Isn't it funny where we end up? Often when I pause to think about where I am at a given moment, I'm amazed at how all the events, people, places, things experienced over my life have all led me to this one exact spot. And always, when I think about it, I chuckle because I never would have guessed it, always surprising. Life is like that, uncertain but always forward, like watching a leaf go down a stream, falling down waterfalls, getting caught in eddies, drifting sometimes or speeding down the middle. Where will we go until inevitably we stop? We never, ever know, but then again, that's the fun in it--the ride, from beginning to end, with all its surprises.
I had these thoughts while looking at the grave of Francis Scott Key Fitzgerald, or F. Scott Fitzgerald, the heralded novelist of the early 20th century who is most known for The Great Gatsby published in 1925. He's buried at the St. Mary's Church cemetery in Rockville, Maryland. It's a small cemetery, triangular in shape since major roadways run by it, people speeding off to the local mass of suburban shopping malls that surround it in every direction. Fitzgerald was laid to rest here with his family after dying in Hollywood, California, in 1940 at the age of 44 from a heart attack tied to his excessive drinking. With him in the grave is his wife, Zelda Sayre Fitzgerald, who died in 1948 at the age of 48 in a fire after spending much of her later life in insane insylums and her last decade away from him. Their only child, a girl called Frances Scott Fitzgerald who was born in 1921, is also there, laid to rest in 1986. On the grave were left coins and someone had placed a pen and pencil across it, acknowledging one of America's best novelists.
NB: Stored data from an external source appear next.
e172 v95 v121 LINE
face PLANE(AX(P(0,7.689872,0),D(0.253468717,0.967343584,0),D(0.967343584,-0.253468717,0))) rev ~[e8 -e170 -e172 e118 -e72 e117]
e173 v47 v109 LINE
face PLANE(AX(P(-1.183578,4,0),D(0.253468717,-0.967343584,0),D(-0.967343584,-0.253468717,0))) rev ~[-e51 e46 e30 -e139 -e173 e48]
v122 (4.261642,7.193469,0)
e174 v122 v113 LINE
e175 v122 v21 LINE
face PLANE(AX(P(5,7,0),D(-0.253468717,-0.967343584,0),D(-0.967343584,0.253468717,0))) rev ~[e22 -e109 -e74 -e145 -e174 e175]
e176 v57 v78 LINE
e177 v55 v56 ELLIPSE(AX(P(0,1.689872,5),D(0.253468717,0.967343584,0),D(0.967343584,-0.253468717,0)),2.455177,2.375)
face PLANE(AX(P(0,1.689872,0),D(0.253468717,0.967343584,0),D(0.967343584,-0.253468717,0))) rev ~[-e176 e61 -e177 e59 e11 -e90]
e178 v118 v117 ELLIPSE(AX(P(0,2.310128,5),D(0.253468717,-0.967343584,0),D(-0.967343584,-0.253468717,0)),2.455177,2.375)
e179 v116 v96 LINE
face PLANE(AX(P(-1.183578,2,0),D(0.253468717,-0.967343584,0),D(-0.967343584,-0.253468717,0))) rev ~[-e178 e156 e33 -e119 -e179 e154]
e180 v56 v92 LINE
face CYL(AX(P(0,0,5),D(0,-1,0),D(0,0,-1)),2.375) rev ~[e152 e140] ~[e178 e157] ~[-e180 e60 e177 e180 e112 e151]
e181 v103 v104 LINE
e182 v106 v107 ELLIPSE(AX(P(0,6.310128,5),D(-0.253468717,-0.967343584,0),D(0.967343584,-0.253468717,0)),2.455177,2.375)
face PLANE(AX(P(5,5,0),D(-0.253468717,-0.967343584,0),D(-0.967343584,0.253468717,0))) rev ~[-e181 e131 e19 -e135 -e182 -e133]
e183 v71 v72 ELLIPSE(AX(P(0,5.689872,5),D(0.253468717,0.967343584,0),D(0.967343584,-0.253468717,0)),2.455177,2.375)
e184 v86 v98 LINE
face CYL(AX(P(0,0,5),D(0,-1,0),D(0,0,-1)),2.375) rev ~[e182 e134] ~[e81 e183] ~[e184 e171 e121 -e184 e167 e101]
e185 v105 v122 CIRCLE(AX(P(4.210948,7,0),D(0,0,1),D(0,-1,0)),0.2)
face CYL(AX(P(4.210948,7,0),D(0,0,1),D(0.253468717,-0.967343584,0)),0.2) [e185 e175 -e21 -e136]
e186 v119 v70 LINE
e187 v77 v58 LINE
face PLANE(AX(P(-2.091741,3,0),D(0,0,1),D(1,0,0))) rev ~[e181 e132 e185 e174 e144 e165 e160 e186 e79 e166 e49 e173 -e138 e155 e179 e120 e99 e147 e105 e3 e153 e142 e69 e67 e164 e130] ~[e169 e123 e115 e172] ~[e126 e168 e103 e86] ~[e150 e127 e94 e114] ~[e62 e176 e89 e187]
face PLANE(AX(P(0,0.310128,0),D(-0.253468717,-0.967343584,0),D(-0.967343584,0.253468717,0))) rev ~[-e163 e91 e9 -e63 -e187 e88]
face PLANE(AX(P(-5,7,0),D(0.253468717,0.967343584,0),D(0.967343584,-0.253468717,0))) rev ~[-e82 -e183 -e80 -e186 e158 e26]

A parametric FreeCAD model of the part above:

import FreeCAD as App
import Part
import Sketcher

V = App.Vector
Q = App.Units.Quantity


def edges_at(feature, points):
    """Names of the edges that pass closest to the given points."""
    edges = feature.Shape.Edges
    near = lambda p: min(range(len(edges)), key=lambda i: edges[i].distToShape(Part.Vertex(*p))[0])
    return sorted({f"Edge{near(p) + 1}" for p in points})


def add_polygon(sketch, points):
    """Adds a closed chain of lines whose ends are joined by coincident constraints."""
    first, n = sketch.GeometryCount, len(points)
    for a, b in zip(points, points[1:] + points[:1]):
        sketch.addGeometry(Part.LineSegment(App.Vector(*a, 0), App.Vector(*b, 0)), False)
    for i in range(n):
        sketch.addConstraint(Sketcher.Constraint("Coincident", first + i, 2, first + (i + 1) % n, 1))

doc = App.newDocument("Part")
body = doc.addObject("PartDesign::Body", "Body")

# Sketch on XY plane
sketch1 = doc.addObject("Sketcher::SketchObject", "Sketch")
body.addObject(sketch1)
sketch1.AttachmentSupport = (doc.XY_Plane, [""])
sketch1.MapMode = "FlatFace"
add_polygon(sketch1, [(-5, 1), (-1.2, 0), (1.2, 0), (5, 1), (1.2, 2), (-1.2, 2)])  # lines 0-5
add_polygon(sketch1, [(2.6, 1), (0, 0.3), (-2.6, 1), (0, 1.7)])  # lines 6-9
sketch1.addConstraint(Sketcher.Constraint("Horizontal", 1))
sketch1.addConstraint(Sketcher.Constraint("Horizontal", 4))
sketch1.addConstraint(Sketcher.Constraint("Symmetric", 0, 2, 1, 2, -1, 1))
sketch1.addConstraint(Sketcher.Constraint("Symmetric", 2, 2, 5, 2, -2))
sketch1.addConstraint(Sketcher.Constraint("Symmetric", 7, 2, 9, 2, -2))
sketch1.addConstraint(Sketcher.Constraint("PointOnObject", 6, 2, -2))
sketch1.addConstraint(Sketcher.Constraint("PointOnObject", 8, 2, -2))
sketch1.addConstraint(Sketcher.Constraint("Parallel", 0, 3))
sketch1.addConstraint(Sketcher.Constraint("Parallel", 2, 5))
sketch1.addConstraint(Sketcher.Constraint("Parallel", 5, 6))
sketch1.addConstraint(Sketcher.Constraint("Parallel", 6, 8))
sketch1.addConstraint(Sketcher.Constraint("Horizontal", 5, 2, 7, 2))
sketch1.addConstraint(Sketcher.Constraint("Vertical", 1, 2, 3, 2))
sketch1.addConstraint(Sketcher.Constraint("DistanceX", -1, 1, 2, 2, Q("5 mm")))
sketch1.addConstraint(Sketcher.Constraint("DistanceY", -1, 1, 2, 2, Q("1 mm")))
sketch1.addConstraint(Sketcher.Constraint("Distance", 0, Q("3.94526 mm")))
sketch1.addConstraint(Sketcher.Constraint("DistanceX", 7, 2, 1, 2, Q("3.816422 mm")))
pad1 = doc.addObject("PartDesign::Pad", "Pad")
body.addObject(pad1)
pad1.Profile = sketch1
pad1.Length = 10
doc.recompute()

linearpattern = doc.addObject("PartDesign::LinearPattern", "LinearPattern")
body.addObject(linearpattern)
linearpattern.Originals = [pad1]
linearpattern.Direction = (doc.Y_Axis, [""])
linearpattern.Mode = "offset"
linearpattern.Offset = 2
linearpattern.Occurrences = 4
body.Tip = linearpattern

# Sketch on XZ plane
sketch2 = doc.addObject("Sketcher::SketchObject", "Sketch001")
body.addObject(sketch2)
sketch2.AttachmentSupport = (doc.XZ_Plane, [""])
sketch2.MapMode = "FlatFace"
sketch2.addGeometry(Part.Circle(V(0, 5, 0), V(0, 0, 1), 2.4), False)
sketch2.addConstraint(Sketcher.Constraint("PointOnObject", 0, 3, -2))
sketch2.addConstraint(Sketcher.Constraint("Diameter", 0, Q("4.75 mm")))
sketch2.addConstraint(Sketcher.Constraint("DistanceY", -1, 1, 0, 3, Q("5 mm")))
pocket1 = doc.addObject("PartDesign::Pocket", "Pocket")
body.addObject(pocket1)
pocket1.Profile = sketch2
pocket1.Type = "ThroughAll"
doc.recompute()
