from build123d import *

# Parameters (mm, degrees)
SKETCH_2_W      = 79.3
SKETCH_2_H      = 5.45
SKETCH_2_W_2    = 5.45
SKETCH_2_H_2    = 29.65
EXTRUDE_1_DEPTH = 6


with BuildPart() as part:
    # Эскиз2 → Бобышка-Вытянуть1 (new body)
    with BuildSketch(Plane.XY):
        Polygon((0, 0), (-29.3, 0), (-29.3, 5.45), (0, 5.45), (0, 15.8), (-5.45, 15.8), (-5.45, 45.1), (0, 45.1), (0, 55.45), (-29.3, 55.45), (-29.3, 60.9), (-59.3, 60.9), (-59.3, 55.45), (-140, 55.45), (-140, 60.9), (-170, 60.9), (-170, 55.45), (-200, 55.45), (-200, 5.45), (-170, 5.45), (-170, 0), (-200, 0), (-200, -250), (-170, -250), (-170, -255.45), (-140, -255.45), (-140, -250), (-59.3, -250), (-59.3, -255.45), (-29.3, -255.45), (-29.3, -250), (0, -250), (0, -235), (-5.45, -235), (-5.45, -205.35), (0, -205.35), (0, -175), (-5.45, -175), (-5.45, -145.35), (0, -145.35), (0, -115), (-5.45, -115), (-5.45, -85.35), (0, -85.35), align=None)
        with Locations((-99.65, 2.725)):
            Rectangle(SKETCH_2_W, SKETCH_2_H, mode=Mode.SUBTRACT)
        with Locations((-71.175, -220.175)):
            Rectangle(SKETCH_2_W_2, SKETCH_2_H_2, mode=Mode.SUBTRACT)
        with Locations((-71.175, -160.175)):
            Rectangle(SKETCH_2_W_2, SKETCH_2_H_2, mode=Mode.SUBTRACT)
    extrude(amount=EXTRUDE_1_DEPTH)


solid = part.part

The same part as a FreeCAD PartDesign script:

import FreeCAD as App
import Part
import Sketcher

V = App.Vector

doc = App.newDocument("Part")
body = doc.addObject("PartDesign::Body", "Body")

# Sketch on XY plane
sketch1 = doc.addObject("Sketcher::SketchObject", "Sketch")
body.addObject(sketch1)
sketch1.AttachmentSupport = (doc.XY_Plane, [""])
sketch1.MapMode = "FlatFace"
sketch1.addGeometry(Part.LineSegment(V(0, 0, 0), V(-29, 0, 0)), False)
sketch1.addGeometry(Part.LineSegment(V(-29, 0, 0), V(-29, 5, 0)), False)
sketch1.addGeometry(Part.LineSegment(V(-29, 5, 0), V(0, 5, 0)), False)
sketch1.addGeometry(Part.LineSegment(V(0, 5, 0), V(0, 16, 0)), False)
sketch1.addGeometry(Part.LineSegment(V(0, 16, 0), V(-5, 16, 0)), False)
sketch1.addGeometry(Part.LineSegment(V(-5, 16, 0), V(-5, 45, 0)), False)
sketch1.addGeometry(Part.LineSegment(V(-5, 45, 0), V(0, 45, 0)), False)
sketch1.addGeometry(Part.LineSegment(V(0, 45, 0), V(0, 55, 0)), False)
sketch1.addGeometry(Part.LineSegment(V(0, 55, 0), V(-29, 55, 0)), False)
sketch1.addGeometry(Part.LineSegment(V(-29, 55, 0), V(-29, 61, 0)), False)
sketch1.addGeometry(Part.LineSegment(V(-29, 61, 0), V(-59, 61, 0)), False)
sketch1.addGeometry(Part.LineSegment(V(-59, 61, 0), V(-59, 55, 0)), False)
sketch1.addGeometry(Part.LineSegment(V(-59, 55, 0), V(-140, 55, 0)), False)
sketch1.addGeometry(Part.LineSegment(V(-140, 55, 0), V(-140, 61, 0)), False)
sketch1.addGeometry(Part.LineSegment(V(-140, 61, 0), V(-170, 61, 0)), False)
sketch1.addGeometry(Part.LineSegment(V(-170, 61, 0), V(-170, 55, 0)), False)
sketch1.addGeometry(Part.LineSegment(V(-170, 55, 0), V(-200, 55, 0)), False)
sketch1.addGeometry(Part.LineSegment(V(-200, 55, 0), V(-200, 5, 0)), False)
sketch1.addGeometry(Part.LineSegment(V(-200, 5, 0), V(-170, 5, 0)), False)
sketch1.addGeometry(Part.LineSegment(V(-170, 5, 0), V(-170, 0, 0)), False)
sketch1.addGeometry(Part.LineSegment(V(-170, 0, 0), V(-200, 0, 0)), False)
sketch1.addGeometry(Part.LineSegment(V(-200, 0, 0), V(-200, -250, 0)), False)
sketch1.addGeometry(Part.LineSegment(V(-200, -250, 0), V(-170, -250, 0)), False)
sketch1.addGeometry(Part.LineSegment(V(-170, -250, 0), V(-170, -255, 0)), False)
sketch1.addGeometry(Part.LineSegment(V(-170, -255, 0), V(-140, -255, 0)), False)
sketch1.addGeometry(Part.LineSegment(V(-140, -255, 0), V(-140, -250, 0)), False)
sketch1.addGeometry(Part.LineSegment(V(-140, -250, 0), V(-59, -250, 0)), False)
sketch1.addGeometry(Part.LineSegment(V(-59, -250, 0), V(-59, -255, 0)), False)
sketch1.addGeometry(Part.LineSegment(V(-59, -255, 0), V(-29, -255, 0)), False)
sketch1.addGeometry(Part.LineSegment(V(-29, -255, 0), V(-29, -250, 0)), False)
sketch1.addGeometry(Part.LineSegment(V(-29, -250, 0), V(0, -250, 0)), False)
sketch1.addGeometry(Part.LineSegment(V(0, -250, 0), V(0, -235, 0)), False)
sketch1.addGeometry(Part.LineSegment(V(0, -235, 0), V(-5, -235, 0)), False)
sketch1.addGeometry(Part.LineSegment(V(-5, -235, 0), V(-5, -205, 0)), False)
sketch1.addGeometry(Part.LineSegment(V(-5, -205, 0), V(0, -205, 0)), False)
sketch1.addGeometry(Part.LineSegment(V(0, -205, 0), V(0, -175, 0)), False)
sketch1.addGeometry(Part.LineSegment(V(0, -175, 0), V(-5, -175, 0)), False)
sketch1.addGeometry(Part.LineSegment(V(-5, -175, 0), V(-5, -145, 0)), False)
sketch1.addGeometry(Part.LineSegment(V(-5, -145, 0), V(0, -145, 0)), False)
sketch1.addGeometry(Part.LineSegment(V(0, -145, 0), V(0, -115, 0)), False)
sketch1.addGeometry(Part.LineSegment(V(0, -115, 0), V(-5, -115, 0)), False)
sketch1.addGeometry(Part.LineSegment(V(-5, -115, 0), V(-5, -85, 0)), False)
sketch1.addGeometry(Part.LineSegment(V(-5, -85, 0), V(0, -85, 0)), False)
sketch1.addGeometry(Part.LineSegment(V(0, -85, 0), V(0, 0, 0)), False)
sketch1.addGeometry(Part.LineSegment(V(-68, -235, 0), V(-74, -235, 0)), False)
sketch1.addGeometry(Part.LineSegment(V(-74, -235, 0), V(-74, -205, 0)), False)
sketch1.addGeometry(Part.LineSegment(V(-74, -205, 0), V(-68, -205, 0)), False)
sketch1.addGeometry(Part.LineSegment(V(-68, -205, 0), V(-68, -235, 0)), False)
sketch1.addGeometry(Part.LineSegment(V(-68, -175, 0), V(-74, -175, 0)), False)
sketch1.addGeometry(Part.LineSegment(V(-74, -175, 0), V(-74, -145, 0)), False)
sketch1.addGeometry(Part.LineSegment(V(-74, -145, 0), V(-68, -145, 0)), False)
sketch1.addGeometry(Part.LineSegment(V(-68, -145, 0), V(-68, -175, 0)), False)
sketch1.addGeometry(Part.LineSegment(V(-60, 0, 0), V(-139, 0, 0)), False)
sketch1.addGeometry(Part.LineSegment(V(-139, 0, 0), V(-139, 5, 0)), False)
sketch1.addGeometry(Part.LineSegment(V(-139, 5, 0), V(-60, 5, 0)), False)
sketch1.addGeometry(Part.LineSegment(V(-60, 5, 0), V(-60, 0, 0)), False)
sketch1.addConstraint(Sketcher.Constraint("Coincident", 0, 2, 1, 1))
sketch1.addConstraint(Sketcher.Constraint("Coincident", 1, 2, 2, 1))
sketch1.addConstraint(Sketcher.Constraint("Coincident", 2, 2, 3, 1))
sketch1.addConstraint(Sketcher.Constraint("Coincident", 3, 2, 4, 1))
sketch1.addConstraint(Sketcher.Constraint("Coincident", 4, 2, 5, 1))
sketch1.addConstraint(Sketcher.Constraint("Coincident", 5, 2, 6, 1))
sketch1.addConstraint(Sketcher.Constraint("Coincident", 6, 2, 7, 1))
sketch1.addConstraint(Sketcher.Constraint("Coincident", 7, 2, 8, 1))
sketch1.addConstraint(Sketcher.Constraint("Coincident", 8, 2, 9, 1))
sketch1.addConstraint(Sketcher.Constraint("Coincident", 9, 2, 10, 1))
sketch1.addConstraint(Sketcher.Constraint("Coincident", 10, 2, 11, 1))
sketch1.addConstraint(Sketcher.Constraint("Coincident", 11, 2, 12, 1))
sketch1.addConstraint(Sketcher.Constraint("Coincident", 12, 2, 13, 1))
sketch1.addConstraint(Sketcher.Constraint("Coincident", 13, 2, 14, 1))
sketch1.addConstraint(Sketcher.Constraint("Coincident", 14, 2, 15, 1))
sketch1.addConstraint(Sketcher.Constraint("Coincident", 15, 2, 16, 1))
sketch1.addConstraint(Sketcher.Constraint("Coincident", 16, 2, 17, 1))
sketch1.addConstraint(Sketcher.Constraint("Coincident", 17, 2, 18, 1))
sketch1.addConstraint(Sketcher.Constraint("Coincident", 18, 2, 19, 1))
sketch1.addConstraint(Sketcher.Constraint("Coincident", 19, 2, 20, 1))
sketch1.addConstraint(Sketcher.Constraint("Coincident", 20, 2, 21, 1))
sketch1.addConstraint(Sketcher.Constraint("Coincident", 21, 2, 22, 1))
sketch1.addConstraint(Sketcher.Constraint("Coincident", 22, 2, 23, 1))
sketch1.addConstraint(Sketcher.Constraint("Coincident", 23, 2, 24, 1))
sketch1.addConstraint(Sketcher.Constraint("Coincident", 24, 2, 25, 1))
sketch1.addConstraint(Sketcher.Constraint("Coincident", 25, 2, 26, 1))
sketch1.addConstraint(Sketcher.Constraint("Coincident", 26, 2, 27, 1))
sketch1.addConstraint(Sketcher.Constraint("Coincident", 27, 2, 28, 1))
sketch1.addConstraint(Sketcher.Constraint("Coincident", 28, 2, 29, 1))
sketch1.addConstraint(Sketcher.Constraint("Coincident", 29, 2, 30, 1))
sketch1.addConstraint(Sketcher.Constraint("Coincident", 30, 2, 31, 1))
sketch1.addConstraint(Sketcher.Constraint("Coincident", 31, 2, 32, 1))
sketch1.addConstraint(Sketcher.Constraint("Coincident", 32, 2, 33, 1))
sketch1.addConstraint(Sketcher.Constraint("Coincident", 33, 2, 34, 1))
sketch1.addConstraint(Sketcher.Constraint("Coincident", 34, 2, 35, 1))
sketch1.addConstraint(Sketcher.Constraint("Coincident", 35, 2, 36, 1))
sketch1.addConstraint(Sketcher.Constraint("Coincident", 36, 2, 37, 1))
sketch1.addConstraint(Sketcher.Constraint("Coincident", 37, 2, 38, 1))
sketch1.addConstraint(Sketcher.Constraint("Coincident", 38, 2, 39, 1))
sketch1.addConstraint(Sketcher.Constraint("Coincident", 39, 2, 40, 1))
sketch1.addConstraint(Sketcher.Constraint("Coincident", 40, 2, 41, 1))
sketch1.addConstraint(Sketcher.Constraint("Coincident", 41, 2, 42, 1))
sketch1.addConstraint(Sketcher.Constraint("Coincident", 42, 2, 43, 1))
sketch1.addConstraint(Sketcher.Constraint("Coincident", 43, 2, 0, 1))
sketch1.addConstraint(Sketcher.Constraint("Coincident", 44, 2, 45, 1))
sketch1.addConstraint(Sketcher.Constraint("Coincident", 45, 2, 46, 1))
sketch1.addConstraint(Sketcher.Constraint("Coincident", 46, 2, 47, 1))
sketch1.addConstraint(Sketcher.Constraint("Coincident", 47, 2, 44, 1))
sketch1.addConstraint(Sketcher.Constraint("Coincident", 48, 2, 49, 1))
Fitzgerald and Zelda personified the hey-day of the 1920s, or what he termed "The Jazz Age" before the Great Depression, when the young and rich lived to excess and celebrity began to take hold. The era of being famous for being a personality as much as for your contribution to society had begun, with the two as the poster children. Not that Fitzgerald lived with it, conscious-free. The Great Gatsby's central character, the Midwesterner Nick Carraway, idolized the wealth of the Long Island rich but also was critical of the immorality that comes about when you live a life above the rest of the world as characters Tom and Daisy Buchanan did. Enter in the title character, Jay Gatsby, another well-off man who pines for Daisy and is ultimately killed by a lower class man who was avenging his wife, the secret lover of Tom who was killed in a hit-and-run accident by Daisy and not Gatsby. All the excess is in the end a big waste and Nick returns to the Midwest dejected.
The Great Gatsby did not catch fire until after Fitzgerald's death and ultimately what had started as a very promising career with his only four novels praised (Gatsby, This Side of Paradise, Tender is the Night and The Beautiful and Damned with The Last Tycoon published posthumously) turned out to be about promise unrealized and a decline into alcohol. He essentially lived his books and like Nick, ended up back with his family, buried not in some vaulted cemetery visited by many and among the rich. And so appropriately on his grave is the epitaph taken from the last line of The Great Gatsby: So we beat on, boats against the current, borne back ceaselessly into the past. Where we all end up is the past but where we'll each end up in the end, we never know and maybe it's for the best, in case we end up by mini malls.